What do you see as a reasonable price range for a device like this? Would you be more inclined to use this type of technology if it were in a certain price range? 

I would love to hear your thoughts on that.


----------



## TnAndy (Sep 15, 2005)

My goal is to get un-hitched from the propane tank as much as possible. See my new solar water heater thread. (to be posted shortly)

Honestly, I'm not sure if the average propane user would find it useful, or not. 

OK....say you DO know you're using "x" gallons per (whatever) time period. How would that help you ? Are you going to cook less, or heat your water less, or heat your house less ? Of what use is the knowledge ?

What I do now, probably like Jim, is walk out and actually just look at the tank gage, and know when to call the propane company for a fillup.


----------



## ethan_b (Oct 20, 2014)

I'm sure there are a lot of folks who do indeed manually check their propane tank gauge outdoors, but what if you are a second homeowner who is not around to manually check that gauge when the property is vacant? They would have the ability to be alerted when their fuel is running low and schedule a refill with this smart meter.

With Northeast and Midwest winters making it difficult to trudge all the way out to your tank to constantly check the levels, wouldn't you want to be able to stay on top of your usage in the warmth of your home?


----------



## suitcase_sally (Mar 20, 2006)

"All the way out to my tank? The tank is 40' from the house, on the way to the mailbox.

I'm with Andy, I would have no use for this. Sorry.

As for the second home, we have a tank that lasts all through the winter when the heat is turned down to keep the house at 50 deg.


----------



## ethan_b (Oct 20, 2014)

No need to be sorry. I am happy to hear you don't have any issues keeping track of your propane. 

For some people, this can be a real issue and lead to frozen/busted pipes and flooding.


----------



## ethan_b (Oct 20, 2014)

Here is a look at the device for those who may be interested:


----------



## Jim-mi (May 15, 2002)

With last years brutal winter my tanks were snowed in....I could not get to them until the snow melted..
Not too worry, I knew there was enough fuel for my needs. . . .
Knowing what I was 'using' would not have helped me one iota...

Your gadget is only good for the low information voters who only buy 20 gallons of propane at a time.

Most of the thinking folks on this forum are way a head of you and know what their usage is for the tank that they have and can plan accordingly....... 
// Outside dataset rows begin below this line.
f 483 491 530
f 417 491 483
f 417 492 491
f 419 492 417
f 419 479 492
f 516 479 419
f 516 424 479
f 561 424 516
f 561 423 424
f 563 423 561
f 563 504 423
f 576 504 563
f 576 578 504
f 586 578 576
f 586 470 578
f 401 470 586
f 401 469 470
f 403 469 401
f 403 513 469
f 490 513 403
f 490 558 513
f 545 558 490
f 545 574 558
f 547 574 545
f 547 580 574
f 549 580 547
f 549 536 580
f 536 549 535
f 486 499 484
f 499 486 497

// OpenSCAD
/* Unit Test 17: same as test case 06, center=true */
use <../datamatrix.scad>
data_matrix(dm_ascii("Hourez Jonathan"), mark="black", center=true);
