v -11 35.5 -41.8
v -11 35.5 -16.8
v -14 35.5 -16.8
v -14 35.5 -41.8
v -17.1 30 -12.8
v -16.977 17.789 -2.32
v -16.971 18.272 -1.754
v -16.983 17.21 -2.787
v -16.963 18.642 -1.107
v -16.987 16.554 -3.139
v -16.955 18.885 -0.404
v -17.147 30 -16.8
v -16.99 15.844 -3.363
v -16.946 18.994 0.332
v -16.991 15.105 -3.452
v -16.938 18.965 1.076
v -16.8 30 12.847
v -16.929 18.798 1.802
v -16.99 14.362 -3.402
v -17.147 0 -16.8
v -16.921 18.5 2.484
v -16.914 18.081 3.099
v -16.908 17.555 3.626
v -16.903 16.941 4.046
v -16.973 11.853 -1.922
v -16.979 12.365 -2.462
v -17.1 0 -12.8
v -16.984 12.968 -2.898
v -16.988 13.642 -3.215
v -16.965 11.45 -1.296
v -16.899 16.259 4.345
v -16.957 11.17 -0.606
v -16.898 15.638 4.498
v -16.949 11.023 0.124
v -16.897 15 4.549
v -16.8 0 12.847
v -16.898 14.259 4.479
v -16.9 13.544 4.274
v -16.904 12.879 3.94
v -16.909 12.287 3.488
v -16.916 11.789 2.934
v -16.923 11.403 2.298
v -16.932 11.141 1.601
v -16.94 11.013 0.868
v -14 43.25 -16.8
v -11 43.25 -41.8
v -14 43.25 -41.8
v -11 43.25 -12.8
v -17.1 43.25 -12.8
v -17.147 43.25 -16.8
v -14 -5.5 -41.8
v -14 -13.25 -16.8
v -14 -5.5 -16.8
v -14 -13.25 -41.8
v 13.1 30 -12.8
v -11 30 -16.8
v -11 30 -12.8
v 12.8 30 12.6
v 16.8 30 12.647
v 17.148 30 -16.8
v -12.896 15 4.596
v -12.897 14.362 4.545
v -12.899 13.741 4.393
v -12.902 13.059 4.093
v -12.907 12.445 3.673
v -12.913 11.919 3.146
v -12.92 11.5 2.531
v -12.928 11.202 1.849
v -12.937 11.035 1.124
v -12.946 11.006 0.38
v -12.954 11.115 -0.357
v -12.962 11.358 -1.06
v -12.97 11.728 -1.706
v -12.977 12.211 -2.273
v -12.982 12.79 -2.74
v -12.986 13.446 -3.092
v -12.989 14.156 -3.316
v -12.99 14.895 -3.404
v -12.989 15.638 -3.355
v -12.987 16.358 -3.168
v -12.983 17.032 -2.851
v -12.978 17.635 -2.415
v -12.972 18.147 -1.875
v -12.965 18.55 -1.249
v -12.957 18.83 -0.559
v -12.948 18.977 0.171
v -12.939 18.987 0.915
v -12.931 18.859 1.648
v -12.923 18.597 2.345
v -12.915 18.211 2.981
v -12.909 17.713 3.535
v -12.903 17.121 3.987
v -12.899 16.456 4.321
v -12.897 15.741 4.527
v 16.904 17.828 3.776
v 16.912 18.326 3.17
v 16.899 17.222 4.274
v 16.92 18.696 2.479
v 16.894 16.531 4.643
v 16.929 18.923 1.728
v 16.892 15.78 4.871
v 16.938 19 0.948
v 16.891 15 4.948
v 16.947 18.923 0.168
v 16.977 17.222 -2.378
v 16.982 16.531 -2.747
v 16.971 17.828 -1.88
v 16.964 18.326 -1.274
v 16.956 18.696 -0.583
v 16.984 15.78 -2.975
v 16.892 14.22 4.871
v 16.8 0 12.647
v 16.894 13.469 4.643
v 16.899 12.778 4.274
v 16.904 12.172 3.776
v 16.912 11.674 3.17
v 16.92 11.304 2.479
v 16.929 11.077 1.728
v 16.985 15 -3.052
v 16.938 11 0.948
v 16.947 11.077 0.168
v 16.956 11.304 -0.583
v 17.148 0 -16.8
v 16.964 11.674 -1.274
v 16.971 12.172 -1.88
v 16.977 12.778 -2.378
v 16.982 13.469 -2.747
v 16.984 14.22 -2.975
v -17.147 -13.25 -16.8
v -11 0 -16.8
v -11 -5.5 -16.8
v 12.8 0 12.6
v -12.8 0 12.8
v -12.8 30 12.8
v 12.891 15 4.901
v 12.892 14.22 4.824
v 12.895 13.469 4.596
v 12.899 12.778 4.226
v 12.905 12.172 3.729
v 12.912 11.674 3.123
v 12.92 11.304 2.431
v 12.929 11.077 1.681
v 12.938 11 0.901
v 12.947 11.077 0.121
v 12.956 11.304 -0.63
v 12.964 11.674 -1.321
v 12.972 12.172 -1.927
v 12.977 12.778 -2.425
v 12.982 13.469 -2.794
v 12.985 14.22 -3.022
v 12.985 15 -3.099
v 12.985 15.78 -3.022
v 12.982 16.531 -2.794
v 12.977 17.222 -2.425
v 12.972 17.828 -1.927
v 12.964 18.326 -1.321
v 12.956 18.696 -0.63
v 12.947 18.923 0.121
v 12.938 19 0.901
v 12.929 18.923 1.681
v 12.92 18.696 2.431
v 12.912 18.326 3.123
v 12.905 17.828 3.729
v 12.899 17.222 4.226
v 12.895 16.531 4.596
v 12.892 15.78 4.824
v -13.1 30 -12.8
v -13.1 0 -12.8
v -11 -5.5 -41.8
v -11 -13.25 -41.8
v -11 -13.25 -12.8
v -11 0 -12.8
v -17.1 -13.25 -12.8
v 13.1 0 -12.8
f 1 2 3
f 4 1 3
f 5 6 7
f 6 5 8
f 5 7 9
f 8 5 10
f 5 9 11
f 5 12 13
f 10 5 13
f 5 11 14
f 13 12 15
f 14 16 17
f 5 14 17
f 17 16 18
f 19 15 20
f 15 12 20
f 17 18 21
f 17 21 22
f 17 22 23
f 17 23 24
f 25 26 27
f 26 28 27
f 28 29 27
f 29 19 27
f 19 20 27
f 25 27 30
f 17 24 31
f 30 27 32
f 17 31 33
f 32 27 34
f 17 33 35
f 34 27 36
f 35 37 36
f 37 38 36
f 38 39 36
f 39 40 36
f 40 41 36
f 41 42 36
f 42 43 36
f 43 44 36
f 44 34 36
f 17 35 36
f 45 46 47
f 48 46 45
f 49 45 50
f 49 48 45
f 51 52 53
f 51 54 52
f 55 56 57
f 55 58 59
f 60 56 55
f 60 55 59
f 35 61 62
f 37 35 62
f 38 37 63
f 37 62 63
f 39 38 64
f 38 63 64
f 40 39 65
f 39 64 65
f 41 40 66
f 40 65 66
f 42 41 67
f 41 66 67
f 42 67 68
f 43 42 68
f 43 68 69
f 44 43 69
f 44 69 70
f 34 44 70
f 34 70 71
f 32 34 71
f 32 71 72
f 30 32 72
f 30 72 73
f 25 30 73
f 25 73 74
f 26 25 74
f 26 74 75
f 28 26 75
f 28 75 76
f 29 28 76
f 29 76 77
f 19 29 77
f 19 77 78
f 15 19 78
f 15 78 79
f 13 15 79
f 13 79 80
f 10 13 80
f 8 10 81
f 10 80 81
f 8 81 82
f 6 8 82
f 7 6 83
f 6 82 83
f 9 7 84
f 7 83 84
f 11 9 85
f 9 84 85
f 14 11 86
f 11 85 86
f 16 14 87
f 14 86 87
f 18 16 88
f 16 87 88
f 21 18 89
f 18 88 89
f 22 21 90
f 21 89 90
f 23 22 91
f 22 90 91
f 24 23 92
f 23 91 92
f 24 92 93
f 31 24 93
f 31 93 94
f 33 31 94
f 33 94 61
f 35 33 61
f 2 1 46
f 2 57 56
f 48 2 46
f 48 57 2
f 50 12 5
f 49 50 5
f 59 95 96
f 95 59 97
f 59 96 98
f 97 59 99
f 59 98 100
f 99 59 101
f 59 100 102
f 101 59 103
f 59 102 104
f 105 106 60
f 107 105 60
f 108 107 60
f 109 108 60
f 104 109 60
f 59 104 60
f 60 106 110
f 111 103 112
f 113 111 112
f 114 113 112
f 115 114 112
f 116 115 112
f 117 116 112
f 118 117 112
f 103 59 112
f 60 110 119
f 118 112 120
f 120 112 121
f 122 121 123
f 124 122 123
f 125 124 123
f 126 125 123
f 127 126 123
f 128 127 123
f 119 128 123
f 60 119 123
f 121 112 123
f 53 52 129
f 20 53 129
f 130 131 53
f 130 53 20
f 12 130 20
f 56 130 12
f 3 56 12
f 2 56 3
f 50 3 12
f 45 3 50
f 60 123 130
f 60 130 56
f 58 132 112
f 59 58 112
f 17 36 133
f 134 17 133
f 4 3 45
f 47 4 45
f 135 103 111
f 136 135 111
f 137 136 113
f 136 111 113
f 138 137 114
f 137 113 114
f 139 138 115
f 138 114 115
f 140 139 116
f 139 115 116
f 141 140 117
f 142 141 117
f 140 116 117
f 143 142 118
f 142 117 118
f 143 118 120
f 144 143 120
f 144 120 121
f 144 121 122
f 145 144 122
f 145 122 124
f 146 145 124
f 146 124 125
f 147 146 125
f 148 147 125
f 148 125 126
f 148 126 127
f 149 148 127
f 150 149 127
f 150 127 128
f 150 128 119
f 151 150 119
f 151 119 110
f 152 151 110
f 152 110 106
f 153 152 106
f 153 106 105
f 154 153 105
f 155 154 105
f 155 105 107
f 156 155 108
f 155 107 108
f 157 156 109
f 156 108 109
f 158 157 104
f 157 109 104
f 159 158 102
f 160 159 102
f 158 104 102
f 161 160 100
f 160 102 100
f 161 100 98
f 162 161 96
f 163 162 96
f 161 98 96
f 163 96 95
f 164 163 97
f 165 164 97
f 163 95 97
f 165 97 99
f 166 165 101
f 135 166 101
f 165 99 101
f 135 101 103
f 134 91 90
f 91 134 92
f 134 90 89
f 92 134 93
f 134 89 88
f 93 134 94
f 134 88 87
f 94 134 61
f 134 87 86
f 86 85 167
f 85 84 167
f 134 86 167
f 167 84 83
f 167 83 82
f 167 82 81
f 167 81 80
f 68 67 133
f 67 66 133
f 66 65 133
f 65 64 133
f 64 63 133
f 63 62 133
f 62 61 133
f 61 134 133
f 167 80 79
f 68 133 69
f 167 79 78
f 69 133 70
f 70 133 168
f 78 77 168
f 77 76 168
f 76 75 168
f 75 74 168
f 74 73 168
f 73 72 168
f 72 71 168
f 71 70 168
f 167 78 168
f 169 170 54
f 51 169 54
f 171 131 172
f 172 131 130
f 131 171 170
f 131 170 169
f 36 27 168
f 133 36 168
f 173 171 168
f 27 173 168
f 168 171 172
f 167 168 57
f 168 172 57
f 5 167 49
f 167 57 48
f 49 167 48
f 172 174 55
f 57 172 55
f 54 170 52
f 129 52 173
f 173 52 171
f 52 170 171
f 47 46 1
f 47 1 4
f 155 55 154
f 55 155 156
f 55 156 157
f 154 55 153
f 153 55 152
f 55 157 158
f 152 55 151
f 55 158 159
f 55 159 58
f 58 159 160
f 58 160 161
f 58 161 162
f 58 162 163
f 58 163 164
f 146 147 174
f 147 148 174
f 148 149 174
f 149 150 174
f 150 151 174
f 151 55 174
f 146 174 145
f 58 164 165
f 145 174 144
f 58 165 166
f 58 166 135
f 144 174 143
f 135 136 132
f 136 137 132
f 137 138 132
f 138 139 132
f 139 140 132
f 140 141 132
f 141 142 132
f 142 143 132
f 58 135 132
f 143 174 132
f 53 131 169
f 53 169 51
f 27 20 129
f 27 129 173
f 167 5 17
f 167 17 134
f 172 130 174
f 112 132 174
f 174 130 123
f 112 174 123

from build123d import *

# Parameters (mm, degrees)
BOSS_EXTRUDE1_DEPTH      = 30
SKETCH3_R                = 4
CUT_EXTRUDE1_DEPTH       = 40
SKETCH4_W                = 3
SKETCH4_H                = 41
BOSS_EXTRUDE2_DEPTH      = 4
BOSS_EXTRUDE3_DEPTH      = 25
BOSS_EXTRUDE3_DEPTH_BACK = 4
SKETCH5_W                = 3
SKETCH5_H                = 7.75
BOSS_EXTRUDE4_REACH      = 69.734
SKETCH6_W                = 4
SKETCH6_H                = 56.5


with BuildPart() as part:
    # Sketch1 → Boss-Extrude1 (new body)
    with BuildSketch(Plane(origin=(0, 0, 0), x_dir=(1, 0, 0), z_dir=(0, 1, 0))):
        Polygon((-12.8, -12.8), (-13.1, 12.8), (13.1, 12.8), (12.8, -12.6), (16.799721029, -12.6472408), (17.147523085, 16.8), (-17.147149649, 16.8), (-16.79972537, -12.846871782), align=None)
    extrude(amount=BOSS_EXTRUDE1_DEPTH)

    # Sketch3 → Cut-Extrude1 (cut)
    with BuildSketch(Plane(origin=(16.946733814, 0, 0.200158273), x_dir=(0.011810199887684227, 0, -0.9999302571572745), z_dir=(0.9999302571572745, 0, 0.011810199887684227))):
        with Locations(Location((-0.747950682, 15, 0), (0, 0, 180))):
            Circle(SKETCH3_R)
    extrude(amount=-CUT_EXTRUDE1_DEPTH, mode=Mode.SUBTRACT)

    # Sketch4 → Boss-Extrude2 (add)
    with BuildSketch(Plane(origin=(0, 0, -16.8), x_dir=(-1, 0, 0), z_dir=(0, 0, -1))):
        with Locations((12.499813282, 15)):
            Rectangle(SKETCH4_W, SKETCH4_H)
    extrude(amount=-BOSS_EXTRUDE2_DEPTH)

    # Sketch5 → Boss-Extrude3 (add, two sides: drawn at the far end of the back side and taken through both)
    with BuildSketch(Plane(origin=(0, 0, -16.8), x_dir=(-1, 0, 0), z_dir=(0, 0, -1)).offset(-BOSS_EXTRUDE3_DEPTH_BACK)):
        with Locations((12.499813282, 39.375)):
            Rectangle(SKETCH5_W, SKETCH5_H)
        with Locations((12.499813282, -9.375)):
            Rectangle(SKETCH5_W, SKETCH5_H)
    extrude(amount=BOSS_EXTRUDE3_DEPTH + BOSS_EXTRUDE3_DEPTH_BACK)

    # Boss-Extrude4: up to this plane
    boss_extrude4_end = Plane(origin=(-16.79972537, 30, 12.846871782), z_dir=(0.9999313425206403, 0, -0.01171794542016394))
    # Sketch6 → Boss-Extrude4 (add, up to the surface)
    with BuildSketch(Plane.ZY.offset(13.999813282), mode=Mode.PRIVATE) as boss_extrude4_sk1:
        with Locations((-14.8, 15)):
            Rectangle(SKETCH6_W, SKETCH6_H)
    boss_extrude4_tool1 = split(extrude(boss_extrude4_sk1.sketch, amount=BOSS_EXTRUDE4_REACH, mode=Mode.PRIVATE), bisect_by=boss_extrude4_end, keep=Keep.BOTH, mode=Mode.PRIVATE)
    add(boss_extrude4_tool1.solids().sort_by_distance((-13.999813, 15, -14.8))[0])


solid = part.part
Yup . . . Any thinking person will find you gadget to be a useless waste of money.

You best be careful or a Moderator will delete this whole thread because hucksters are not allowed on HT to shill their stuff.............


----------



## ethan_b (Oct 20, 2014)

Thank you for all of the feedback. It has all been very helpful as we continue to develop our smart meter.


----------



## Harry Chickpea (Dec 19, 2008)

I see uses for it in RVs, especially if it can graph daily use. Home use, not so much.


----------



## ethan_b (Oct 20, 2014)

Our Kickstarter campaign is live and goes into great detail about the propane smart meter. If this is a device that seriously interests you, check it out!


----------



## nosedirt (Sep 24, 2014)

I Gues Jim-mi would think me a low information voter. I currently do not use propane but have in the past and may be again in the not so distant future. I have a lot on my plate and keeping track of when I need to call the gas guy is not high on my list. That is two phone calls a year, easy for me to forget when there are other things going on. Is there an alert system on this device? If I need to order my refill, will I get an alert on my phone as a reminder? That would be a help.
nosedirt


----------



## ethan_b (Oct 20, 2014)

Nosedirt,

Thank you for your question and your interest! The Tank Utility propane smart meter does come configured with an alert system. The default setting sends you an email or text alert when your propane level reaches 25%, but you can personally set the alert to go off at any level you would like.

Feel free to reach out with any further questions!


----------



## kycountry (Jan 26, 2012)

I honestly don't see home owners buying this.. Where I would see a market for them is the propane companies. 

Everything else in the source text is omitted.